What is being asked: The records are given next. Repeat each one exactly.

The data:
===============
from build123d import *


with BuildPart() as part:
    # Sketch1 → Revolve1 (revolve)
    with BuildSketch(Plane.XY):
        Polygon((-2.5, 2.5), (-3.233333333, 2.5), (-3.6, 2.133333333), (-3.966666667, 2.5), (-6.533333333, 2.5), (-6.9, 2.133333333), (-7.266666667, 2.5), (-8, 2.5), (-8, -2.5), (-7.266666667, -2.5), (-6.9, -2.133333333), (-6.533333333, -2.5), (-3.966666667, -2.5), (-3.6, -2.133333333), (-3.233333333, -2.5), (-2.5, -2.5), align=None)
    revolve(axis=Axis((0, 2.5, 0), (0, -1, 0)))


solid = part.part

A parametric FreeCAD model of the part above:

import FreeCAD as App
import Part
import Sketcher


def add_polygon(sketch, points):
    """Adds a closed chain of lines whose ends are joined by coincident constraints."""
    first, n = sketch.GeometryCount, len(points)
    for a, b in zip(points, points[1:] + points[:1]):
        sketch.addGeometry(Part.LineSegment(App.Vector(*a, 0), App.Vector(*b, 0)), False)
    for i in range(n):
        sketch.addConstraint(Sketcher.Constraint("Coincident", first + i, 2, first + (i + 1) % n, 1))

doc = App.newDocument("Part")
body = doc.addObject("PartDesign::Body", "Body")

sketch1 = body.newObject("Sketcher::SketchObject", "Sketch")
sketch1.AttachmentSupport = (doc.getObject("XY_Plane"), [""])
sketch1.MapMode = "FlatFace"
add_polygon(sketch1, [(-2.5, 2.5), (-3.2, 2.5), (-3.6, 2.1), (-4, 2.5), (-6.5, 2.5), (-6.9, 2.1), (-7.3, 2.5), (-8, 2.5), (-8, -2.5), (-7.3, -2.5), (-6.9, -2.1), (-6.5, -2.5), (-4, -2.5), (-3.6, -2.1), (-3.2, -2.5), (-2.5, -2.5)])
sketch1.addConstraint([
    Sketcher.Constraint("Horizontal", 0),
    Sketcher.Constraint("Horizontal", 3),
    Sketcher.Constraint("Horizontal", 6),
    Sketcher.Constraint("Vertical", 7),
    Sketcher.Constraint("Horizontal", 8),
    Sketcher.Constraint("Horizontal", 11),
    Sketcher.Constraint("Horizontal", 14),
    Sketcher.Constraint("Vertical", 15),
    Sketcher.Constraint("Symmetric", 5, 2, 8, 2, -1),
    Sketcher.Constraint("Symmetric", 4, 2, 9, 2, -1),
    Sketcher.Constraint("Symmetric", 3, 2, 10, 2, -1),
    Sketcher.Constraint("Symmetric", 1, 2, 12, 2, -1),
    Sketcher.Constraint("Symmetric", 0, 2, 13, 2, -1),
    Sketcher.Constraint("Perpendicular", 1, 2),
    Sketcher.Constraint("Perpendicular", 2, 4),
    Sketcher.Constraint("Perpendicular", 4, 5),
    Sketcher.Constraint("Perpendicular", 5, 9),
    Sketcher.Constraint("Perpendicular", 10, 12),
    Sketcher.Constraint("Horizontal", 0, 2, 2, 2),
    Sketcher.Constraint("Horizontal", 1, 2, 4, 2),
    Sketcher.Constraint("Horizontal", 3, 2, 5, 2),
    Sketcher.Constraint("Equal", 0, 6),
    Sketcher.Constraint("DistanceY", 7, 2, 7, 1, 5.0),
    Sketcher.Constraint("DistanceX", 6, 2, -1, 1, 8.0),
    Sketcher.Constraint("DistanceX", 1, 2, -1, 1, 3.6),
    Sketcher.Constraint("DistanceX", 4, 2, -1, 1, 6.9),
    Sketcher.Constraint("DistanceX", 0, 2, 0, 1, 0.733333),
])
revolution = body.newObject("PartDesign::Revolution", "Revolution")
revolution.Profile = sketch1
revolution.ReferenceAxis = (sketch1, ["V_Axis"])
revolution.Angle = 360

doc.recompute()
===============
Solution for this exercise:
from build123d import *


with BuildPart() as part:
    # Sketch1 → Revolve1 (revolve)
    with BuildSketch(Plane.XY):
        Polygon((-2.5, 2.5), (-3.233333333, 2.5), (-3.6, 2.133333333), (-3.966666667, 2.5), (-6.533333333, 2.5), (-6.9, 2.133333333), (-7.266666667, 2.5), (-8, 2.5), (-8, -2.5), (-7.266666667, -2.5), (-6.9, -2.133333333), (-6.533333333, -2.5), (-3.966666667, -2.5), (-3.6, -2.133333333), (-3.233333333, -2.5), (-2.5, -2.5), align=None)
    revolve(axis=Axis((0, 2.5, 0), (0, -1, 0)))


solid = part.part

A parametric FreeCAD model of the part above:

import FreeCAD as App
import Part
import Sketcher


def add_polygon(sketch, points):
    """Adds a closed chain of lines whose ends are joined by coincident constraints."""
    first, n = sketch.GeometryCount, len(points)
    for a, b in zip(points, points[1:] + points[:1]):
        sketch.addGeometry(Part.LineSegment(App.Vector(*a, 0), App.Vector(*b, 0)), False)
    for i in range(n):
        sketch.addConstraint(Sketcher.Constraint("Coincident", first + i, 2, first + (i + 1) % n, 1))

doc = App.newDocument("Part")
body = doc.addObject("PartDesign::Body", "Body")

sketch1 = body.newObject("Sketcher::SketchObject", "Sketch")
sketch1.AttachmentSupport = (doc.getObject("XY_Plane"), [""])
sketch1.MapMode = "FlatFace"
add_polygon(sketch1, [(-2.5, 2.5), (-3.2, 2.5), (-3.6, 2.1), (-4, 2.5), (-6.5, 2.5), (-6.9, 2.1), (-7.3, 2.5), (-8, 2.5), (-8, -2.5), (-7.3, -2.5), (-6.9, -2.1), (-6.5, -2.5), (-4, -2.5), (-3.6, -2.1), (-3.2, -2.5), (-2.5, -2.5)])
sketch1.addConstraint([
    Sketcher.Constraint("Horizontal", 0),
    Sketcher.Constraint("Horizontal", 3),
    Sketcher.Constraint("Horizontal", 6),
    Sketcher.Constraint("Vertical", 7),
    Sketcher.Constraint("Horizontal", 8),
    Sketcher.Constraint("Horizontal", 11),
    Sketcher.Constraint("Horizontal", 14),
    Sketcher.Constraint("Vertical", 15),
    Sketcher.Constraint("Symmetric", 5, 2, 8, 2, -1),
    Sketcher.Constraint("Symmetric", 4, 2, 9, 2, -1),
    Sketcher.Constraint("Symmetric", 3, 2, 10, 2, -1),
    Sketcher.Constraint("Symmetric", 1, 2, 12, 2, -1),
    Sketcher.Constraint("Symmetric", 0, 2, 13, 2, -1),
    Sketcher.Constraint("Perpendicular", 1, 2),
    Sketcher.Constraint("Perpendicular", 2, 4),
    Sketcher.Constraint("Perpendicular", 4, 5),
    Sketcher.Constraint("Perpendicular", 5, 9),
    Sketcher.Constraint("Perpendicular", 10, 12),
    Sketcher.Constraint("Horizontal", 0, 2, 2, 2),
    Sketcher.Constraint("Horizontal", 1, 2, 4, 2),
    Sketcher.Constraint("Horizontal", 3, 2, 5, 2),
    Sketcher.Constraint("Equal", 0, 6),
    Sketcher.Constraint("DistanceY", 7, 2, 7, 1, 5.0),
    Sketcher.Constraint("DistanceX", 6, 2, -1, 1, 8.0),
    Sketcher.Constraint("DistanceX", 1, 2, -1, 1, 3.6),
    Sketcher.Constraint("DistanceX", 4, 2, -1, 1, 6.9),
    Sketcher.Constraint("DistanceX", 0, 2, 0, 1, 0.733333),
])
revolution = body.newObject("PartDesign::Revolution", "Revolution")
revolution.Profile = sketch1
revolution.ReferenceAxis = (sketch1, ["V_Axis"])
revolution.Angle = 360

doc.recompute()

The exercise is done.